This might be my favorite soup, or rather, stew of all time (excluding my mom's infamous split pea soup). I adapted this soup from my mom's old recipe. Basically I throw a ton of vegetables in along with kidney and white cannelini beans, tomatoes, a little vino and a good parmesan rind (the key to a richer flavor). The soup tends to get more 'stewy' after a day or two when all the flavors meld, that's when you know it's really ready to eat. Can't go wrong with a good, thick pot full of flavorful winter veggies!
Ingredients
1 small yellow onion, diced
2-3 garlic cloves, minced
2-3 garlic cloves, minced
2 Tbsp extra virgin olive oil
1 15 oz can red kidney beans, drained and rinsed
1 15 oz can red kidney beans, drained and rinsed
1 15 oz can white cannelini beans, drained and rinsed
3-4 carrots, chopped
2-3 celery stalks, chopped
1-2 zucchini, chopped
1 small bunch kale or spinach *optional
2 baby red potatoes, cut into small chunks
1 28oz can whole tomatoes *(I'm a big fan of San Marzano)
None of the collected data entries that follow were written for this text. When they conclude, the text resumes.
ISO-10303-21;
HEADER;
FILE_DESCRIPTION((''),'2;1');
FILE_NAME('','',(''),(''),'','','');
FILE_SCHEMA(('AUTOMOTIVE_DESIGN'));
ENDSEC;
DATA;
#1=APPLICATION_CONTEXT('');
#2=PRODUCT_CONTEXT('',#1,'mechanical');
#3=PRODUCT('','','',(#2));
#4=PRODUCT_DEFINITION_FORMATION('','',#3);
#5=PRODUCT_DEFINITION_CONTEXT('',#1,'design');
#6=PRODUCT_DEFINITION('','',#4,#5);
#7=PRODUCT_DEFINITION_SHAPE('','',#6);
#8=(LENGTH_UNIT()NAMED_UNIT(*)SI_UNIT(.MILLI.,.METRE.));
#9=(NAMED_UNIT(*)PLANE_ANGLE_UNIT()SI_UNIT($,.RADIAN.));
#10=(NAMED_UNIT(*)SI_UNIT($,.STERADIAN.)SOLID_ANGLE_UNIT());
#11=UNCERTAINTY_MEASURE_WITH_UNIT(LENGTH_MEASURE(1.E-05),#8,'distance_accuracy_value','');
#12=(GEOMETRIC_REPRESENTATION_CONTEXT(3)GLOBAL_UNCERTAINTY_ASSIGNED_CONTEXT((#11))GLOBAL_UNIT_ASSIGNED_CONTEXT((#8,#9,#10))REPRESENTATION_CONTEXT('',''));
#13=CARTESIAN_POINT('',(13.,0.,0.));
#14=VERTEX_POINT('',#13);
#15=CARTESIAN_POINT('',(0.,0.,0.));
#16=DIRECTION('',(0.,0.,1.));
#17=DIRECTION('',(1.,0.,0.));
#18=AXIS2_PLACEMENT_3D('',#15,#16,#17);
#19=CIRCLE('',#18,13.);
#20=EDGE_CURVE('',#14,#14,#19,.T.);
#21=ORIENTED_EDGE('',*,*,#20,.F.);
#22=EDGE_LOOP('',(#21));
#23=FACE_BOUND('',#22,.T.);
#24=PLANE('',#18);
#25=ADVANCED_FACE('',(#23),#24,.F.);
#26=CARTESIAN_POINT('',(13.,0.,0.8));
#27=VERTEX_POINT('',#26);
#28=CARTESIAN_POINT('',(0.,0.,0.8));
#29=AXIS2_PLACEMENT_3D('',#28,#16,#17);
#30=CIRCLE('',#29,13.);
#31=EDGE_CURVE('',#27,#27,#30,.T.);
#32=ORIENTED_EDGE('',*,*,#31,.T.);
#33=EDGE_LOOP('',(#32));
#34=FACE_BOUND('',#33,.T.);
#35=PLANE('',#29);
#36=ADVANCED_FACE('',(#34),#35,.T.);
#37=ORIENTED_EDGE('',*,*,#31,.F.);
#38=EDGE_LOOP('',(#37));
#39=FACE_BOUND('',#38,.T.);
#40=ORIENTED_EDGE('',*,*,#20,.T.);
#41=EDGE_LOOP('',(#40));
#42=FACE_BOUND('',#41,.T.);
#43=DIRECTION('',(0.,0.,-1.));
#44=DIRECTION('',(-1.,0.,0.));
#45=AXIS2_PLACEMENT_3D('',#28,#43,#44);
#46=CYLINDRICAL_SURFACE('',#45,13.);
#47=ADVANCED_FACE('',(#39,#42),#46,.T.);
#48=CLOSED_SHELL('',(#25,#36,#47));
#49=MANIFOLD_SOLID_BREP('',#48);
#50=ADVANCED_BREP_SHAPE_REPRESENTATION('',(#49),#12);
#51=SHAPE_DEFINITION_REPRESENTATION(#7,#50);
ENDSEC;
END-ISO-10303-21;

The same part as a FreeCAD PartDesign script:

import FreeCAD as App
import Part
import Sketcher

V = App.Vector
Q = App.Units.Quantity

doc = App.newDocument("Part")
body = doc.addObject("PartDesign::Body", "Body")

# Sketch on XY plane
sketch1 = body.newObject("Sketcher::SketchObject", "Sketch")
sketch1.AttachmentSupport = (doc.getObject("XY_Plane"), [""])
sketch1.MapMode = "FlatFace"
sketch1.addGeometry(Part.Circle(V(0, 0, 0), V(0, 0, 1), 13), False)
sketch1.addConstraint([
    Sketcher.Constraint("Coincident", 0, 3, -1, 1),
    Sketcher.Constraint("Diameter", 0, Q("26 mm")),
])
pad1 = body.newObject("PartDesign::Pad", "Pad")
pad1.Profile = sketch1
pad1.Length = 0.8

doc.recompute()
16-24 oz low-sodium chicken or vegetable stock *depending on how big your pot is and how much you want to make
1 parmesan cheese rind
salt and freshly ground black pepper to taste
2 bay leaves
1/2 cup macaroni elbows
1/2 cup dry red wine or sherry
extra parmesan or pecorino romano cheese for grating
In a large stockpot, heat olive oil on medium-high, add garlic cloves and cook about 30 seconds. Add beans and mash just slightly, allow to cook about 2 minutes. Add in carrots through chicken stock and season with salt and pepper. Add in parmesan rind and bay leaves. Bring to a boil and then simmer for about 45-50 minutes. Add in macaroni and wine and allow to cook another 10-15 minutes. Remove bay leaves and parmesan rind. Serve with grated parmesan or pecorino romano.
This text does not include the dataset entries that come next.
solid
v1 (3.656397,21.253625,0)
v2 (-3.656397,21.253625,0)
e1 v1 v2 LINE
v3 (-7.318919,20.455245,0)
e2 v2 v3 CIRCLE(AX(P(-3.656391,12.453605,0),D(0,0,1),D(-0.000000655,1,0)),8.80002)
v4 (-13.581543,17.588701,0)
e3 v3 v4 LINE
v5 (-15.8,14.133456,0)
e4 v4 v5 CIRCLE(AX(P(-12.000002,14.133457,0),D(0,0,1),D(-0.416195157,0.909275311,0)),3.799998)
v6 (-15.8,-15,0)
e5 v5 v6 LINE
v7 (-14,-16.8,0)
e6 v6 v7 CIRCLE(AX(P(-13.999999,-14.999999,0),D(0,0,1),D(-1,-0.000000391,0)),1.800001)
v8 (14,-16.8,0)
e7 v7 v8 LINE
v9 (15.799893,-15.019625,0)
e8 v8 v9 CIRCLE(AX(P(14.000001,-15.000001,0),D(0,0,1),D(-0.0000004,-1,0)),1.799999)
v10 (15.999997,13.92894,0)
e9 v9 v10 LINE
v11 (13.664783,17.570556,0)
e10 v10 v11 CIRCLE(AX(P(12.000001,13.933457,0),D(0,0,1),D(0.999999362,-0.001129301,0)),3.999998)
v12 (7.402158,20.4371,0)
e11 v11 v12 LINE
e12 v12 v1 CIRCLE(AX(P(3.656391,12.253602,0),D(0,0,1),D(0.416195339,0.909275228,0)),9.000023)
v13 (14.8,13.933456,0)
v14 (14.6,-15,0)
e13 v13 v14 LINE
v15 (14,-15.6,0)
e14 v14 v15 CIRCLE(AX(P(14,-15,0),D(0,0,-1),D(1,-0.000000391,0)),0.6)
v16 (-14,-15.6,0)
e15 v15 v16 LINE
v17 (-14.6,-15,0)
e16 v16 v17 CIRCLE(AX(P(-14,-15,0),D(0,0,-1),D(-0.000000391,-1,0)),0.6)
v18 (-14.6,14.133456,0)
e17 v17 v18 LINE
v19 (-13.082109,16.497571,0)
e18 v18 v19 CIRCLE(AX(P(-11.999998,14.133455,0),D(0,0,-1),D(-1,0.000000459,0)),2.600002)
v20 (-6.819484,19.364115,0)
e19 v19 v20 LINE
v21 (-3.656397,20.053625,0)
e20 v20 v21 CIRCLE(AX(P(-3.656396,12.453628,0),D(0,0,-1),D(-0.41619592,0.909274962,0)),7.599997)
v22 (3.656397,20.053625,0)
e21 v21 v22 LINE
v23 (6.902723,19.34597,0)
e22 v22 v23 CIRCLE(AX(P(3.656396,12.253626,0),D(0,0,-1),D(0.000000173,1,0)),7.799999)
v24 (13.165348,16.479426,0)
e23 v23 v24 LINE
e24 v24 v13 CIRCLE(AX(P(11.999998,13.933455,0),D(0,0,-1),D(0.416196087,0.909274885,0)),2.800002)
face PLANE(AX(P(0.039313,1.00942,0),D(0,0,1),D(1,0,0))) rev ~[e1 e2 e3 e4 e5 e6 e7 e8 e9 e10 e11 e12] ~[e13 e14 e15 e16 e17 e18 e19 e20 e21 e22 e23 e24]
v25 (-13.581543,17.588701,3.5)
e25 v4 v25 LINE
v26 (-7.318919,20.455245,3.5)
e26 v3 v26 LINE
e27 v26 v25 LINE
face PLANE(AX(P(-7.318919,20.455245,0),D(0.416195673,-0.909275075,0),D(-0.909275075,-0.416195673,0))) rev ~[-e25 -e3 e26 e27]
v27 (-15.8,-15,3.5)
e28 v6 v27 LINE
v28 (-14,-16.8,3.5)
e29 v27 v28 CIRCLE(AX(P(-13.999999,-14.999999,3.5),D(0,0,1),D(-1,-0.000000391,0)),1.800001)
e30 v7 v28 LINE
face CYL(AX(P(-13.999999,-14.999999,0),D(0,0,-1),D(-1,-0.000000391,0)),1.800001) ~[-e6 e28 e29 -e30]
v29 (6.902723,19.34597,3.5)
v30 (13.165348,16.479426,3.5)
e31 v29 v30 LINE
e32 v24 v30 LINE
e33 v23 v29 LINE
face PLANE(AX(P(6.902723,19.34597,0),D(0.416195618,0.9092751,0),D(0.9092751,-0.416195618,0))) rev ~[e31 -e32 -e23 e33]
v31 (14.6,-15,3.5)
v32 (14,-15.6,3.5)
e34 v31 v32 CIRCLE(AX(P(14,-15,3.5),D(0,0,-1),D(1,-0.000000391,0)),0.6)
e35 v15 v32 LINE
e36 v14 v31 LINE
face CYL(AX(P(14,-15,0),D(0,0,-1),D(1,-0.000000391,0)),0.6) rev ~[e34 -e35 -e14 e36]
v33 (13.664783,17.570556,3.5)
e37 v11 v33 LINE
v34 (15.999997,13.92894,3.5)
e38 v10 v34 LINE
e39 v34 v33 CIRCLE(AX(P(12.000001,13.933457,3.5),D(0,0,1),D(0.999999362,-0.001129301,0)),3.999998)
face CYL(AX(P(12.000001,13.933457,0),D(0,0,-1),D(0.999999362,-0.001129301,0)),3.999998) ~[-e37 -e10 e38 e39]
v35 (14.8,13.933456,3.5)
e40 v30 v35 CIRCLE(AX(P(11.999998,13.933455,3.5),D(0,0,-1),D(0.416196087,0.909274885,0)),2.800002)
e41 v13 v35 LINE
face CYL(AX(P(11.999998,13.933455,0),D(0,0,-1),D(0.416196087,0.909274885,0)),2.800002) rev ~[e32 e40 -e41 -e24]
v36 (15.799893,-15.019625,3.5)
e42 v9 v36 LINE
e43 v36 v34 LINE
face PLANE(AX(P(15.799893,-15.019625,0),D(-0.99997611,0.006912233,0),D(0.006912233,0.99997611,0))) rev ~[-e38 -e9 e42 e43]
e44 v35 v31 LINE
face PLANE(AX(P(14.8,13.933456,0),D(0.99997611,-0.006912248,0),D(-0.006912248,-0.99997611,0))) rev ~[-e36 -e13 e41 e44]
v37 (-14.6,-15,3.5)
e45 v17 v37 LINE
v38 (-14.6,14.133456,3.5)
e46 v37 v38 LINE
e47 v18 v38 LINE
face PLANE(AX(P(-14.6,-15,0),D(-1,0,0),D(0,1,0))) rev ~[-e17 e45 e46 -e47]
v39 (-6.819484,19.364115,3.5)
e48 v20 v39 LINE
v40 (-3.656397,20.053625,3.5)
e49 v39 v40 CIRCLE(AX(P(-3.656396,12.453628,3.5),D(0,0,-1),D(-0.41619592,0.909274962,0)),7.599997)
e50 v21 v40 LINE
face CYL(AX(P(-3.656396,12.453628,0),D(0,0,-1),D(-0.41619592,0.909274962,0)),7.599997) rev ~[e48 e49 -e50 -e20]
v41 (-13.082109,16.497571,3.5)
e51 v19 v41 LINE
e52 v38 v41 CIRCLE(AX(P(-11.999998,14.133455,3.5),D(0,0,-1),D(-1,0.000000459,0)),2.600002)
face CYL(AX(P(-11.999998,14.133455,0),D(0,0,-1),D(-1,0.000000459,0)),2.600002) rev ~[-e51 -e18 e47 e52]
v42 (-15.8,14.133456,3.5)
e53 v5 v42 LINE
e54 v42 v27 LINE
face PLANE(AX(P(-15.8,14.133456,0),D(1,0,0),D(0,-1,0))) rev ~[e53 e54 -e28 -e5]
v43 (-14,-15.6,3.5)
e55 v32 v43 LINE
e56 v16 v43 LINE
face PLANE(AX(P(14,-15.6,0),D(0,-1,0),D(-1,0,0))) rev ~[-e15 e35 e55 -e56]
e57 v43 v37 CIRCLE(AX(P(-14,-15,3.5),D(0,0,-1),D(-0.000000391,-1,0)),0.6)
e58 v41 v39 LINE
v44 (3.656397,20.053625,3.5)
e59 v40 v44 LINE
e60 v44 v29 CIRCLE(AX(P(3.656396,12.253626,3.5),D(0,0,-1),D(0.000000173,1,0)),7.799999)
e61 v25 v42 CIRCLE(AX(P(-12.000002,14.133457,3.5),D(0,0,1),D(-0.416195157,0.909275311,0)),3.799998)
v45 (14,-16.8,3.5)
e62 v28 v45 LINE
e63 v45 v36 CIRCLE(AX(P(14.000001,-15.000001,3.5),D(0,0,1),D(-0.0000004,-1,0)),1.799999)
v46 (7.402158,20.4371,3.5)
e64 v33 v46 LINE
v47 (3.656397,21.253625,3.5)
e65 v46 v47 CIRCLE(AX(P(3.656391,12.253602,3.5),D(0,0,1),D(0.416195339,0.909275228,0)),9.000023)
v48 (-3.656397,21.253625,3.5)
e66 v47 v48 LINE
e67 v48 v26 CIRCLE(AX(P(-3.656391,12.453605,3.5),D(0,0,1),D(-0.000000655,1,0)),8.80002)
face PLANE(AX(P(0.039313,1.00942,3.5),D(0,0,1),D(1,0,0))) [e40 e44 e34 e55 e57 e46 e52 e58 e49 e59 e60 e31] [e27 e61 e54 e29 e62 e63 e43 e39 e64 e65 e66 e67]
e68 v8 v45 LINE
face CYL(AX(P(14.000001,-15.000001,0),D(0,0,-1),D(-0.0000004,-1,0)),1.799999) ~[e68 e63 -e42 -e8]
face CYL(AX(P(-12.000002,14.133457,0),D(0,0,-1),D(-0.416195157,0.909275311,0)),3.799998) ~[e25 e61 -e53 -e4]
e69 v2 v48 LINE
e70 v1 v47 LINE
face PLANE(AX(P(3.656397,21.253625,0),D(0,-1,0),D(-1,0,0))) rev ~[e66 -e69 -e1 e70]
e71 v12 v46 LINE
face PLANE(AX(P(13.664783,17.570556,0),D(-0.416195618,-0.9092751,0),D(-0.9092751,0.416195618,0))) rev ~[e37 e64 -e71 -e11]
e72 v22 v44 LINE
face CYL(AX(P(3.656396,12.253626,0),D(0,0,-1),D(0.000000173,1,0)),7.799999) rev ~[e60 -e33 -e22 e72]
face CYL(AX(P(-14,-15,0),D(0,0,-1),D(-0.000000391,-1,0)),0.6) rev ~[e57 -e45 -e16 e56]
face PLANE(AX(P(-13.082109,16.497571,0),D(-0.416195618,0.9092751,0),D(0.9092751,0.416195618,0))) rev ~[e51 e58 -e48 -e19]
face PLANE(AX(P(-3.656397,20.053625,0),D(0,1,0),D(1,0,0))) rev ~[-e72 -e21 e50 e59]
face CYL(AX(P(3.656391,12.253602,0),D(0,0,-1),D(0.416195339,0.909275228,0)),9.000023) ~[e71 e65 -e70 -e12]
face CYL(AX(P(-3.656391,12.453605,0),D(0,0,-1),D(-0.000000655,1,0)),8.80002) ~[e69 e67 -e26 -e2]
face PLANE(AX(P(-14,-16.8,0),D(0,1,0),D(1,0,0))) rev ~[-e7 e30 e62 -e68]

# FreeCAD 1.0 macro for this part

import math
import FreeCAD as App
import Part
import Sketcher
from FreeCAD import Vector

doc = App.newDocument("Part")
params = doc.addObject("Spreadsheet::Sheet", "Params")
for row, (alias, value) in enumerate([
    ("sketch1_radius", "3.999998 mm"),
    ("sketch1_radius2", "1.800001 mm"),
    ("sketch1_radius3", "1.799999 mm"),
    ("sketch1_radius4", "2.600002 mm"),
    ("sketch1_radius5", "7.799999 mm"),
    ("pad1_length", "3.5 mm"),
], start=1):
    params.set(f"A{row}", alias)
    params.set(f"B{row}", "=" + value)
    params.setAlias(f"B{row}", alias)

body = doc.addObject("PartDesign::Body", "Body")

# Sketch on XY plane
sketch1 = body.newObject("Sketcher::SketchObject", "Sketch")
sketch1.AttachmentSupport = (doc.getObject("XY_Plane"), [""])
sketch1.MapMode = "FlatFace"
sketch1.addGeometry([
    Part.LineSegment(Vector(-7.318919, 20.455245, 0), Vector(-13.581543, 17.588701, 0)),  # 0
    Part.ArcOfCircle(Part.Circle(Vector(-12.000002, 14.133457, 0), Vector(0, 0, 1), 3.799998), math.radians(114.594604), math.radians(180.000015)),  # 1
    Part.LineSegment(Vector(-15.8, 14.133456, 0), Vector(-15.8, -15, 0)),  # 2
    Part.ArcOfCircle(Part.Circle(Vector(-13.999999, -14.999999, 0), Vector(0, 0, 1), 1.800001), math.radians(-179.999978), math.radians(-90.000022)),  # 3
    Part.LineSegment(Vector(-14, -16.8, 0), Vector(14, -16.8, 0)),  # 4
    Part.ArcOfCircle(Part.Circle(Vector(14.000001, -15.000001, 0), Vector(0, 0, 1), 1.799999), math.radians(-90.000023), math.radians(-0.624672)),  # 5
    Part.LineSegment(Vector(15.799893, -15.019625, 0), Vector(15.999997, 13.92894, 0)),  # 6
    Part.ArcOfCircle(Part.Circle(Vector(12.000001, 13.933457, 0), Vector(0, 0, 1), 3.999998), math.radians(-0.064704), math.radians(65.405368)),  # 7
    Part.LineSegment(Vector(13.664783, 17.570556, 0), Vector(7.402158, 20.4371, 0)),  # 8
    Part.ArcOfCircle(Part.Circle(Vector(3.656391, 12.253602, 0), Vector(0, 0, 1), 9.000023), math.radians(65.405385), math.radians(89.999959)),  # 9
    Part.LineSegment(Vector(3.656397, 21.253625, 0), Vector(-3.656397, 21.253625, 0)),  # 10
    Part.ArcOfCircle(Part.Circle(Vector(-3.656391, 12.453605, 0), Vector(0, 0, 1), 8.80002), math.radians(90.000038), math.radians(114.594618)),  # 11
    Part.LineSegment(Vector(-14.6, -15, 0), Vector(-14.6, 14.133456, 0)),  # 12
    Part.ArcOfCircle(Part.Circle(Vector(-11.999998, 14.133455, 0), Vector(0, 0, 1), 2.600002), math.radians(114.594667), math.radians(179.999974)),  # 13
    Part.LineSegment(Vector(-13.082109, 16.497571, 0), Vector(-6.819484, 19.364115, 0)),  # 14
    Part.ArcOfCircle(Part.Circle(Vector(-3.656396, 12.453628, 0), Vector(0, 0, 1), 7.599997), math.radians(90.000005), math.radians(114.594652)),  # 15
    Part.LineSegment(Vector(-3.656397, 20.053625, 0), Vector(3.656397, 20.053625, 0)),  # 16
    Part.ArcOfCircle(Part.Circle(Vector(3.656396, 12.253626, 0), Vector(0, 0, 1), 7.799999), math.radians(65.405352), math.radians(89.99999)),  # 17
    Part.LineSegment(Vector(6.902723, 19.34597, 0), Vector(13.165348, 16.479426, 0)),  # 18
    Part.ArcOfCircle(Part.Circle(Vector(11.999998, 13.933455, 0), Vector(0, 0, 1), 2.800002), math.radians(0.000027), math.radians(65.405338)),  # 19
    Part.LineSegment(Vector(14.8, 13.933456, 0), Vector(14.6, -15, 0)),  # 20
    Part.ArcOfCircle(Part.Circle(Vector(14, -15, 0), Vector(0, 0, 1), 0.6), math.radians(-89.999978), math.radians(-0.000022)),  # 21
    Part.LineSegment(Vector(14, -15.6, 0), Vector(-14, -15.6, 0)),  # 22
    Part.ArcOfCircle(Part.Circle(Vector(-14, -15, 0), Vector(0, 0, 1), 0.6), math.radians(-179.999978), math.radians(-90.000022)),  # 23
], False)
sketch1.addConstraint([
    Sketcher.Constraint("Coincident", 0, 2, 1, 1),
    Sketcher.Constraint("Coincident", 1, 2, 2, 1),
    Sketcher.Constraint("Coincident", 2, 2, 3, 1),
    Sketcher.Constraint("Coincident", 3, 2, 4, 1),
    Sketcher.Constraint("Coincident", 4, 2, 5, 1),
    Sketcher.Constraint("Coincident", 5, 2, 6, 1),
    Sketcher.Constraint("Coincident", 6, 2, 7, 1),
    Sketcher.Constraint("Coincident", 7, 2, 8, 1),
    Sketcher.Constraint("Coincident", 8, 2, 9, 1),
    Sketcher.Constraint("Coincident", 9, 2, 10, 1),
    Sketcher.Constraint("Coincident", 10, 2, 11, 1),
    Sketcher.Constraint("Coincident", 11, 2, 0, 1),
    Sketcher.Constraint("Coincident", 12, 2, 13, 2),
    Sketcher.Constraint("Coincident", 13, 1, 14, 1),
    Sketcher.Constraint("Coincident", 14, 2, 15, 2),
    Sketcher.Constraint("Coincident", 15, 1, 16, 1),
    Sketcher.Constraint("Coincident", 16, 2, 17, 2),
    Sketcher.Constraint("Coincident", 17, 1, 18, 1),
    Sketcher.Constraint("Coincident", 18, 2, 19, 2),
    Sketcher.Constraint("Coincident", 19, 1, 20, 1),
    Sketcher.Constraint("Coincident", 20, 2, 21, 2),
    Sketcher.Constraint("Coincident", 21, 1, 22, 1),
    Sketcher.Constraint("Coincident", 22, 2, 23, 2),
    Sketcher.Constraint("Coincident", 23, 1, 12, 1),
    Sketcher.Constraint("Vertical", 2),
    Sketcher.Constraint("Horizontal", 4),
    Sketcher.Constraint("Horizontal", 10),
    Sketcher.Constraint("Vertical", 12),
    Sketcher.Constraint("Horizontal", 16),
    Sketcher.Constraint("Horizontal", 22),
    Sketcher.Constraint("Coincident", 13, 3, 1, 3),
    Sketcher.Constraint("Coincident", 19, 3, 7, 3),
    Sketcher.Constraint("Coincident", 21, 3, 5, 3),
    Sketcher.Constraint("Coincident", 23, 3, 3, 3),
    Sketcher.Constraint("Radius", 7, 3.999998),
    Sketcher.Constraint("Radius", 3, 1.800001),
I typically make this soup with seasonal winter greens like escarole or kale, but I decided to experiment this go-round, leaving the greens out and pureeing the soup in hopes of a thick, hearty finish. It was a great call, though I'm always up for a steaming bowl of old-school escarole and white bean soup. Try toasting up a garlic crouton or two to top off the soup, I think they'd make for the perfect finisher drizzled with a little of the chili oil and some shredded pecorino romano.
Ingredients
3 Tbsp extra virgin olive oil
4 garlic cloves, minced
2 cans white cannelini beans, rinsed and drained **if you've got the time, soak dried beans overnight and use instead of the canned ones, they're generally cheaper, creamier consistency and way tastier (and soaking them first helps ward off the unwelcome flatulence that often occupanies bean-heavy dishes). The soup make take longer to cook if using dried, soaked beans. Simmer with stock, adding additional stock if needed until beans are throughly cooked and then puree.
48 oz (1.5 quarts) low-sodium chicken broth
1/4 tsp salt (extra to taste) and freshly ground black pepper to taste
1/4-1/2 tsp red chili flakes *extra for serving
1/2 cup grated parmesan cheese and extra for serving
chili-garlic oil for drizzling
In a heavy-bottomed large stockpot, heat olive oil and medium-high and saute garlic about 30 seconds. Add in beans, broth, salt, pepper, and red chili flakes. Bring to a boil and reduce to a simmer for about 45-60 minutes until beans become soft. Add parmesan cheese to soup and puree in food processor in batches. Pour back into stockpot and serve hot. Drizzle with olive oil studded with red chili flakes and a bit of minced garlic (flavored oil can be made up to a week in advance). Sprinkle with extra parmesan or pecorino romano.
2 comments:
How many servings does the white bean soup make? It looks great! Thanks for posting the recipe!
Hi there. The white bean soup makes 4-6 servings. Hope you like it!